Semana mayor: una mirada a los que creen y a los que no creen

Sociedad |#c874a5 | 2018-03-28 00:00:00

Semana mayor: una mirada a los que creen y a los que no creen

Héctor Aguilar Camín

Ilustracion de Ilustración: Mariana Villanueva (Revista Nexos)

 

Descreídos

Descubrí por las  cifras del  censo de 2010 que pertenezco al escaso  3.5 de la población que se declara “sin religión”, vale decir : sin  adscripción a alguna iglesia, acaso sin fe a secas.

Es posible vivir sin fe religiosa,  pero   no deja de ser   una elección de vida que  contradice a la abrumadora mayorìa.

El 88 por ciento de los mexicanos creía en la religión católica, según  el censo de 2010 y un 8.5 más creía en otras religiones.

No sé cuántos que se declaran sin religión  creen en algo equivalente a Dios: alguna forma de divinidad cosmológica, alguna fuerza ordenadora  del mundo   . 

La idea de un mundo sin Dios es en cierto modo inhumana.  Al empezar el siglo XXI, quienes no creen absolutamente en nada son una abrumadora minoría.

 Aún para ellos vale la pregunta formulada  por Humberto Eco en su diálogo con un  inteligente cardenal italiano: ¿ En qué creen los que no creen?

Cuando Bertrand Russell fue llevado a prisión por su actividad pacifista contra la primera guerra,  al consignar sus datos, el carcelero le preguntó su religión: “Agnóstico”, respondió Russel.

El carcelero lo miró un momento, dejando claro que no había oído nunca esa forma de credo. A continuación comentó: “No importa la religión, al final todos creemos en el mismo Dios”.

 Escribí arriba que no creer  es una “elección de vida”. Quizá no lo sea, quizá el agnosticismo venga  infuso en cada quien, lo mismo que la necesidad de creer.

 Según  la doctrina católica , en la que fui bautizado y criado sin efecto religioso alguno, la fe es una gracia, un don de Dios.

Quizá el agnosticismo, la falta de religiosidad, la incapacidad de creer,  también es algo que  les cae del cielo a los descreidos, y que no tiene arreglo.

Los no creyentes tienden a mirar con  cierta superioridad jacobina al  que cree, pero la fe genuina, la   invencible y llana “fe del carbonero”, debe ser uno de los grandes consuelos de la vida.

 

 ¿Los narcos creen en Dios?

 

 

Según el censo de 2010, 97 de cada cien  mexicanos creen en alguna forma de Dios y practican algún credo  religioso (87 % católicos). Sólo el tres por ciento  nos declaramos ateos.

¿En qué creemos los que no creemos en Dios?

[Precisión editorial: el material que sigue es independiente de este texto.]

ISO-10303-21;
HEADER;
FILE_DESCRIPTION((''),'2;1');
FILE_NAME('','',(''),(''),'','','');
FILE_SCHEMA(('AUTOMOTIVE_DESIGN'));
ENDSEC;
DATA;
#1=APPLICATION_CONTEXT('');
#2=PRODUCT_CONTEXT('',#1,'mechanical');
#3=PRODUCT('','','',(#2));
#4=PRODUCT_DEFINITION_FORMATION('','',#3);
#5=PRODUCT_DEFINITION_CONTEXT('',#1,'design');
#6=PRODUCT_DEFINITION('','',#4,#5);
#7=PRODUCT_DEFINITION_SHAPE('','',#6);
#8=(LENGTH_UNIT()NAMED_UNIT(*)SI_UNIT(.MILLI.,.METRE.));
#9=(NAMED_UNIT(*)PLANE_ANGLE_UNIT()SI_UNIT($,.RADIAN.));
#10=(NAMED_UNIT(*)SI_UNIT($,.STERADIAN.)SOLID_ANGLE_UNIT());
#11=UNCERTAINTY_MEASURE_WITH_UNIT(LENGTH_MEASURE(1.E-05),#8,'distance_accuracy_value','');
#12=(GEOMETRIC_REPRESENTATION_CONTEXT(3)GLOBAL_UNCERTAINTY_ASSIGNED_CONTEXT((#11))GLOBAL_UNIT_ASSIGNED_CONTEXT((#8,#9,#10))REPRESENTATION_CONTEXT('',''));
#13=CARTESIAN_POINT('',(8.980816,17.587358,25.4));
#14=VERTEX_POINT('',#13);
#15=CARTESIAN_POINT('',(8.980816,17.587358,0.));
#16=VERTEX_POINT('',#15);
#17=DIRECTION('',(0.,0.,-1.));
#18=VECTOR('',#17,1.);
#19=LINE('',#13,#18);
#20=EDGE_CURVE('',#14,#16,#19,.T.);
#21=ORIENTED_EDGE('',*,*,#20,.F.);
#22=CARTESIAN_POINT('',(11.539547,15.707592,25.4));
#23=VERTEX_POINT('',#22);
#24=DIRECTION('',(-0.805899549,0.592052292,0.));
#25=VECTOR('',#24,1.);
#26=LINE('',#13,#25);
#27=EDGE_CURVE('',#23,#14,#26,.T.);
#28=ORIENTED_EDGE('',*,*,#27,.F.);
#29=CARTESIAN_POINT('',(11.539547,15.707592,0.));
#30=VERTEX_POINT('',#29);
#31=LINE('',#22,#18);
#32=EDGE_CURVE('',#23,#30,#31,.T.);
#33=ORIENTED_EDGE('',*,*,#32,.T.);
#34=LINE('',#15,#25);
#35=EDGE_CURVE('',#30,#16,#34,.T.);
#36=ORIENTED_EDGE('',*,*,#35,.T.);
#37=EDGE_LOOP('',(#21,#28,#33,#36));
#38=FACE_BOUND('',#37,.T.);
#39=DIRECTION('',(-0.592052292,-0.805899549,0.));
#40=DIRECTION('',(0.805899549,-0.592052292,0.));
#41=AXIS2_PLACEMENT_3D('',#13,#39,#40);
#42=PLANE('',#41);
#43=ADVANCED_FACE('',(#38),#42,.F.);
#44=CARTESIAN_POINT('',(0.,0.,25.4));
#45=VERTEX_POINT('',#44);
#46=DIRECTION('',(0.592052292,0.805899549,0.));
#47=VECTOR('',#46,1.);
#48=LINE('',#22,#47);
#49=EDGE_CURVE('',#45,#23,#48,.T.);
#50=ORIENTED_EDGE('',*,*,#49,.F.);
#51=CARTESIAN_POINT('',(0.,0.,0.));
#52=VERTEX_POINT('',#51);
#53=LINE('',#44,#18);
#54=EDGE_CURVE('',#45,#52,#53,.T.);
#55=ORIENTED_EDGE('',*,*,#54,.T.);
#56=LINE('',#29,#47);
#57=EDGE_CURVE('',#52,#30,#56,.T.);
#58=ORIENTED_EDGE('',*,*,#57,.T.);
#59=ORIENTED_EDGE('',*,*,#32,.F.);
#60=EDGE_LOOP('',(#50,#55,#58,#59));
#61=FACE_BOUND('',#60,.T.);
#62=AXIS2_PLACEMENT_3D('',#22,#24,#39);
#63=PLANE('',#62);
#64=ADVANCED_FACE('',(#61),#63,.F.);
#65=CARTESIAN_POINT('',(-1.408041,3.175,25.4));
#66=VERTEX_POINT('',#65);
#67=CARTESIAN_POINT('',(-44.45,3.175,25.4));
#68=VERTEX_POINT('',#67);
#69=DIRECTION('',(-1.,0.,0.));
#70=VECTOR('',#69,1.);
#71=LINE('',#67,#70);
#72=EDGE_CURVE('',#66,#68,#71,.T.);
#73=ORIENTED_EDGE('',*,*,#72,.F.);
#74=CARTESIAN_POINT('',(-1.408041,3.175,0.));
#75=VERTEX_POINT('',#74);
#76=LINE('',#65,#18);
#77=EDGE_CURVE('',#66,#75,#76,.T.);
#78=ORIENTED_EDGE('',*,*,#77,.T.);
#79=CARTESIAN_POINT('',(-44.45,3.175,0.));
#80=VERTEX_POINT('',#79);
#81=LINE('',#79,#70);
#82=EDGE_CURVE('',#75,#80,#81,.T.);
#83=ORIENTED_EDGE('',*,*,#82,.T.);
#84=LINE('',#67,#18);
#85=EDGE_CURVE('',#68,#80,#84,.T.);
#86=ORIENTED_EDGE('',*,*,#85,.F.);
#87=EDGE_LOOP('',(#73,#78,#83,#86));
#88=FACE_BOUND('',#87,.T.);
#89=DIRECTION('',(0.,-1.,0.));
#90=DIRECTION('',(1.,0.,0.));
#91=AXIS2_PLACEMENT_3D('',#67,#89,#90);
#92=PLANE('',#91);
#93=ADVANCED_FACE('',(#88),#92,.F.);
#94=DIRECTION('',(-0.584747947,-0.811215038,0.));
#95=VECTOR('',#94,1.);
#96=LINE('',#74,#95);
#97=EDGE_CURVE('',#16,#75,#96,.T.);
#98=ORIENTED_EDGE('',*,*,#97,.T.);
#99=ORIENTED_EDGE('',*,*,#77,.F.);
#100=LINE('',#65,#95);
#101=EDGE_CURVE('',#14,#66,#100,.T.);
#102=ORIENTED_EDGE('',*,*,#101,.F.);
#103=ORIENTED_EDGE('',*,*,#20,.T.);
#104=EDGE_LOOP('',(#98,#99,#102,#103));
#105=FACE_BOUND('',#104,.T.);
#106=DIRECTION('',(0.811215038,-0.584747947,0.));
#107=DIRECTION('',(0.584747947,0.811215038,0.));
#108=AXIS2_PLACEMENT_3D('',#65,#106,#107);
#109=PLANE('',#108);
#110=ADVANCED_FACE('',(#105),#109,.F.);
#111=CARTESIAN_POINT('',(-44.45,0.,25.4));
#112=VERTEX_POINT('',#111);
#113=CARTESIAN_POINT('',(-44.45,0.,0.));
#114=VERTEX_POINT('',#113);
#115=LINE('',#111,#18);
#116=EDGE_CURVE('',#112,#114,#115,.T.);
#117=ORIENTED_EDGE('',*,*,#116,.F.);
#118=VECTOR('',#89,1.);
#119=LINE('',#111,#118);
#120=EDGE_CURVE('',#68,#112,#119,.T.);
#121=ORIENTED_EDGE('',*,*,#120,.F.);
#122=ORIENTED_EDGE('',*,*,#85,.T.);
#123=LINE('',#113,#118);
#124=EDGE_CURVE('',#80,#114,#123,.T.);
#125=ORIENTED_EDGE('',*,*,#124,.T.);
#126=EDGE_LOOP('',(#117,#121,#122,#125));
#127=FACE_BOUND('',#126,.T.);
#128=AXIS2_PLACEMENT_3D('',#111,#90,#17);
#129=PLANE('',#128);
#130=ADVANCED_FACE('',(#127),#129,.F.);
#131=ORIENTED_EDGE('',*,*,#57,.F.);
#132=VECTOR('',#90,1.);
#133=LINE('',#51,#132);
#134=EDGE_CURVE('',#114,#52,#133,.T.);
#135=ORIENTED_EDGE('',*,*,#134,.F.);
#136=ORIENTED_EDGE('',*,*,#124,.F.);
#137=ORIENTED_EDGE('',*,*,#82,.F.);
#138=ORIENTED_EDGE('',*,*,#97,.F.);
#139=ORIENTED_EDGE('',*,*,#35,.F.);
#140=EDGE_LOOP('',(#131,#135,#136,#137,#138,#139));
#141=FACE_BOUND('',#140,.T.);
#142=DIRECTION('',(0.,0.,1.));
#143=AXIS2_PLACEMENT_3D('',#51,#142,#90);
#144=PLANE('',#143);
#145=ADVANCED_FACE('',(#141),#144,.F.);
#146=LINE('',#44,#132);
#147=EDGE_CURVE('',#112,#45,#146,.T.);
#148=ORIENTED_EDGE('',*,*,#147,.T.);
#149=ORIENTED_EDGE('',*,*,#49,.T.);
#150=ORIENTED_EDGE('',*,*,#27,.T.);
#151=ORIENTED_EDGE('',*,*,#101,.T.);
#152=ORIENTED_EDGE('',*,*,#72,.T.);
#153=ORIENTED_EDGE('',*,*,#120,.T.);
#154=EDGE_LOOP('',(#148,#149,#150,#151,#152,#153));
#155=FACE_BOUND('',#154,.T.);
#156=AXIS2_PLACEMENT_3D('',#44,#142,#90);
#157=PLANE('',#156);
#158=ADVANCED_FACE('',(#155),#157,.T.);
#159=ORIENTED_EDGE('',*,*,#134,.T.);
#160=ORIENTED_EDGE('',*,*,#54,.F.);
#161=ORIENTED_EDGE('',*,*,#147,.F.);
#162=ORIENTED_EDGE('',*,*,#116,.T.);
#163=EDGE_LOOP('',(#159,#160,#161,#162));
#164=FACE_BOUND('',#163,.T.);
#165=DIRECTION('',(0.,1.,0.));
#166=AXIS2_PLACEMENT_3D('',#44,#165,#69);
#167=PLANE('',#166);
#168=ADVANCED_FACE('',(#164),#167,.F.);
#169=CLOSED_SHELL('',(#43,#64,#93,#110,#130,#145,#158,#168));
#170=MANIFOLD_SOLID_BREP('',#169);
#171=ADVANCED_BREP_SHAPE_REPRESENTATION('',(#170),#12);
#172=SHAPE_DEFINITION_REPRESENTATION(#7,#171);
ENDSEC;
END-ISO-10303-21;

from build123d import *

# Parameters (mm, degrees)
BOSS_EXTRUDE1_DEPTH = 25.4


with BuildPart() as part:
    # Sketch1 → Boss-Extrude1 (new body)
    with BuildSketch(Plane.XY):
        Polygon((0, 0), (-44.45, 0), (-44.45, 3.175), (-1.408040596, 3.175), (8.980816396, 17.587358464), (11.539547466, 15.707592438), align=None)
    extrude(amount=BOSS_EXTRUDE1_DEPTH)


solid = part.part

En formas sustitutas de la inmortalidad , supongo,  formas pobres de consolarnos de la muerte.

 Por ejemplo: el amor, la fama, la naturaleza, el poder, el dinero, todas cosas triviales si se las compara con la idea de Dios, del más allá,  de la vida ultraterrena, del cielo y el infierno.

Pocos  ateos dan en su corazón y en su cabeza el salto de Iván Karamazov: “Si Dios no existe, todo está permitido”. 

La frase de Iván Karamazov cifra el salto moral hacia el nihilismo,  esa tierra de nadie, inherente a la idea de un mundo sin Dios.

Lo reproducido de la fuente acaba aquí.